There is no legal basis for this observation. Both Sec. 16 of the
Corporation Law and Sec. 43 of the present Corporation Code prohibit the
issuance of any stock dividend without the approval of stockholders,
representing not less than two-thirds (2/3) of the outstanding
capital stock at a regular or special meeting duly called for the
purpose.
These provisions underscore the fact that payment of dividends to a
stockholder is not a matter of right but a matter of consensus. Furthermore,
"interest bearing stocks", on which the corporation agrees absolutely to pay
interest before dividends are paid to common stockholders, is legal only
when construed as requiring payment of interest as dividends from net
earnings or surplus only. Clearly, the respondent judge, in compelling the
petitioner to redeem the shares in question and to pay the corresponding
dividends, committed grave abuse of discretion amounting to lack or excess
of jurisdiction in ignoring both the terms and conditions specified in the stock
certificate, as well as the clear mandate of the law.
Anent the issue of prescription, this Court so holds that the claim of private
respondent is already barred by prescription as well as laches. Art. 1144 of
the New Civil Code provides that a right of action that is founded upon a
written contract prescribes in ten (10) years. The letter-demand made by the
private respondents to the petitioner was made only on January 5, 1979, or
almost eighteen years after receipt of the written contract in the form of the
stock certificate.
As noted earlier, this letter-demand, significantly, was not formally offered in
evidence, nor were any other evidence of demand presented. Therefore, we
conclude that the only time the private respondents saw it fit to assert their
rights, if any, to the preferred shares of stock, was after the lapse of almost
eighteen years.
The same clearly indicates that the right of the private respondents to any
relief under the law has already prescribed. Moreover, the claim of the
private respondents is also barred by laches.

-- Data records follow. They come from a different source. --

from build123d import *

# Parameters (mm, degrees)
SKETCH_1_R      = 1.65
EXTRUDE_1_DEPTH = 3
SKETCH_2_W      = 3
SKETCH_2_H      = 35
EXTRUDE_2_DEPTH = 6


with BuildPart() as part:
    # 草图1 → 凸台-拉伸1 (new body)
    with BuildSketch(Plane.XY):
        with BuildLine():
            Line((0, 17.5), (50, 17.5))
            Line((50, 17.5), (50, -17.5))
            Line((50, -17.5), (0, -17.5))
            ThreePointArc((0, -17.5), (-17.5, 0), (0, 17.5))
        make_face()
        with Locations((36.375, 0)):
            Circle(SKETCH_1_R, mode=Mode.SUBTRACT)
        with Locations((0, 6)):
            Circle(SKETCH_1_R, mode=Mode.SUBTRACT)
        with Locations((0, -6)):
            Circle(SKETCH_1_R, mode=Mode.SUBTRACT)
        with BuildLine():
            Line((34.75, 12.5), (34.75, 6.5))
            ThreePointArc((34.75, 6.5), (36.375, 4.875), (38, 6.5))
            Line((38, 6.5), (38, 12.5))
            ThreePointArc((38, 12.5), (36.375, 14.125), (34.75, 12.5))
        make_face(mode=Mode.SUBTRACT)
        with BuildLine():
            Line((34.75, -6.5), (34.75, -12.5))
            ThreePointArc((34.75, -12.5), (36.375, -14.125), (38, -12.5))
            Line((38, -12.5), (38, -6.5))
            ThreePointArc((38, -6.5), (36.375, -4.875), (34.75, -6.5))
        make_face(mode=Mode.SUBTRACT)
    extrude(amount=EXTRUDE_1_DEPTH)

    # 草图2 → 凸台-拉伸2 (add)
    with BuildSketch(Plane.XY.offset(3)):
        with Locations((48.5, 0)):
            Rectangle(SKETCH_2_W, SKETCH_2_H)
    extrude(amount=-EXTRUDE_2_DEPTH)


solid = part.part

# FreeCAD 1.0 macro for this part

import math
import FreeCAD as App
import Part
import Sketcher

V = App.Vector
Q = App.Units.Quantity

doc = App.newDocument("Part")
body = doc.addObject("PartDesign::Body", "Body")

# Sketch on XY plane
sketch1 = body.newObject("Sketcher::SketchObject", "Sketch")
sketch1.AttachmentSupport = (doc.getObject("XY_Plane"), [""])
sketch1.MapMode = "FlatFace"
sketch1.addGeometry([
    Part.LineSegment(V(50, 17.5, 0), V(0, 17.5, 0)),  # 0
    Part.ArcOfCircle(Part.Circle(V(0, 0, 0), V(0, 0, 1), 17.5), math.radians(90), math.radians(270)),  # 1
    Part.LineSegment(V(0, -17.5, 0), V(50, -17.5, 0)),  # 2
    Part.LineSegment(V(50, -17.5, 0), V(50, 17.5, 0)),  # 3
    Part.ArcOfCircle(Part.Circle(V(36.375, -6.5, 0), V(0, 0, 1), 1.625), math.radians(0), math.radians(180)),  # 4
    Part.LineSegment(V(38, -6.5, 0), V(38, -12.5, 0)),  # 5
    Part.ArcOfCircle(Part.Circle(V(36.375, -12.5, 0), V(0, 0, 1), 1.625), math.radians(180), math.radians(360)),  # 6
    Part.LineSegment(V(34.75, -12.5, 0), V(34.75, -6.5, 0)),  # 7
    Part.Circle(V(0, -6, 0), V(0, 0, 1), 1.65),  # 8
    Part.Circle(V(36.375, 0, 0), V(0, 0, 1), 1.65),  # 9
    Part.ArcOfCircle(Part.Circle(V(36.375, 12.5, 0), V(0, 0, 1), 1.625), math.radians(0), math.radians(180)),  # 10
    Part.LineSegment(V(38, 12.5, 0), V(38, 6.5, 0)),  # 11
    Part.ArcOfCircle(Part.Circle(V(36.375, 6.5, 0), V(0, 0, 1), 1.625), math.radians(180), math.radians(360)),  # 12
    Part.LineSegment(V(34.75, 6.5, 0), V(34.75, 12.5, 0)),  # 13
    Part.Circle(V(0, 6, 0), V(0, 0, 1), 1.65),  # 14
], False)
sketch1.addConstraint([
    Sketcher.Constraint("Tangent", 0, 2, 1, 1),
    Sketcher.Constraint("Tangent", 1, 2, 2, 1),
    Sketcher.Constraint("Coincident", 2, 2, 3, 1),
    Sketcher.Constraint("Coincident", 3, 2, 0, 1),
    Sketcher.Constraint("Tangent", 4, 1, 5, 1),
    Sketcher.Constraint("Tangent", 5, 2, 6, 2),
    Sketcher.Constraint("Tangent", 6, 1, 7, 1),
    Sketcher.Constraint("Tangent", 7, 2, 4, 2),
    Sketcher.Constraint("Tangent", 10, 1, 11, 1),
    Sketcher.Constraint("Tangent", 11, 2, 12, 2),
    Sketcher.Constraint("Tangent", 12, 1, 13, 1),
    Sketcher.Constraint("Tangent", 13, 2, 10, 2),
    Sketcher.Constraint("Horizontal", 0),
    Sketcher.Constraint("Horizontal", 2),
    Sketcher.Constraint("Vertical", 3),
    Sketcher.Constraint("Vertical", 5),
    Sketcher.Constraint("Vertical", 7),
    Sketcher.Constraint("Vertical", 11),
    Sketcher.Constraint("Vertical", 13),
    Sketcher.Constraint("Coincident", 1, 3, -1, 1),
    Sketcher.Constraint("Equal", 8, 9),
    Sketcher.Constraint("Equal", 6, 10),
    Sketcher.Constraint("Equal", 9, 14),
    Sketcher.Constraint("Symmetric", 8, 3, 14, 3, -1, 1),
    Sketcher.Constraint("Symmetric", 6, 3, 10, 3, -1),
    Sketcher.Constraint("PointOnObject", 8, 3, -2),
    Sketcher.Constraint("PointOnObject", 9, 3, -1),
    Sketcher.Constraint("Vertical", 6, 3, 9, 3),
    Sketcher.Constraint("Equal", 7, 11),
    Sketcher.Constraint("Diameter", 8, Q("3.3 mm")),
    Sketcher.Constraint("Radius", 1, Q("17.5 mm")),
    Sketcher.Constraint("DistanceX", 0, 2, 0, 1, Q("50 mm")),
    Sketcher.Constraint("DistanceY", 5, 2, 5, 1, Q("6 mm")),
    Sketcher.Constraint("DistanceY", 8, 3, -1, 1, Q("6 mm")),
    Sketcher.Constraint("DistanceX", -1, 1, 4, 1, Q("38 mm")),
    Sketcher.Constraint("Radius", 4, Q("1.625 mm")),
    Sketcher.Constraint("DistanceY", 4, 3, 10, 3, Q("19 mm")),
])
pad1 = body.newObject("PartDesign::Pad", "Pad")
pad1.Profile = sketch1
pad1.Length = 3

# Sketch on XY plane
sketch2 = body.newObject("Sketcher::SketchObject", "Sketch001")
sketch2.AttachmentSupport = (doc.getObject("XY_Plane"), [""])
sketch2.MapMode = "FlatFace"
sketch2.AttachmentOffset = App.Placement(V(0, 0, 3), App.Rotation())
sketch2.addGeometry([
    Part.LineSegment(V(47, 17.5, 0), V(47, -17.5, 0)),
    Part.LineSegment(V(47, -17.5, 0), V(50, -17.5, 0)),
    Part.LineSegment(V(50, -17.5, 0), V(50, 17.5, 0)),
    Part.LineSegment(V(50, 17.5, 0), V(47, 17.5, 0)),
], False)
sketch2.addConstraint([
    Sketcher.Constraint("Coincident", 0, 2, 1, 1),
    Sketcher.Constraint("Coincident", 1, 2, 2, 1),
    Sketcher.Constraint("Coincident", 2, 2, 3, 1),
    Sketcher.Constraint("Coincident", 3, 2, 0, 1),
    Sketcher.Constraint("Vertical", 0),
    Sketcher.Constraint("Horizontal", 1),
    Sketcher.Constraint("Vertical", 2),
    Sketcher.Constraint("Horizontal", 3),
    Sketcher.Constraint("DistanceX", 1, 1, 1, 2, Q("3 mm")),
    Sketcher.Constraint("DistanceY", 0, 2, 0, 1, Q("35 mm")),
    Sketcher.Constraint("DistanceX", -1, 1, 0, 2, Q("47 mm")),
    Sketcher.Constraint("DistanceY", 0, 2, -1, 1, Q("17.5 mm")),
])
pad2 = body.newObject("PartDesign::Pad", "Pad001")
pad2.Profile = sketch2
pad2.Length = 6
pad2.Reversed = True

doc.recompute()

Laches has been defined as the failure or neglect, for an unreasonable


length of time, to do that which by exercising due diligence could or should
have been done earlier; it is negligence or omission to assert a right
within a reasonable time, warranting a presumption that the party
entitled to assert it either has abandoned it or declined to assert it.
Considering that the terms and conditions set forth in the stock certificate
clearly indicate that redemption of the preferred shares may be made at any
time after the lapse of two years from the date of issue, private
respondents should have taken it upon themselves, after the lapse
of the said period, to inquire from the petitioner the reason why the
said shares have not been redeemed. As it is, not only two years had
lapsed, as agreed upon, but an additional sixteen years passed before the
private respondents saw it fit to demand their right.
The petitioner, at the time it issued said preferred shares to the private
respondents in 1961, could not have known that it would be suffering
from chronic reserve deficiency twelve years later.
Had the private respondents been vigilant in asserting their rights,
the redemption could have been effected at a time when the
petitioner bank was not suffering from any financial crisis.
WHEREFORE, the instant petition, being impressed with merit, is
hereby GRANTED. The challenged decision of respondent judge is
set aside and the complaint against the petitioner is dismissed.

Costs against the private respondents.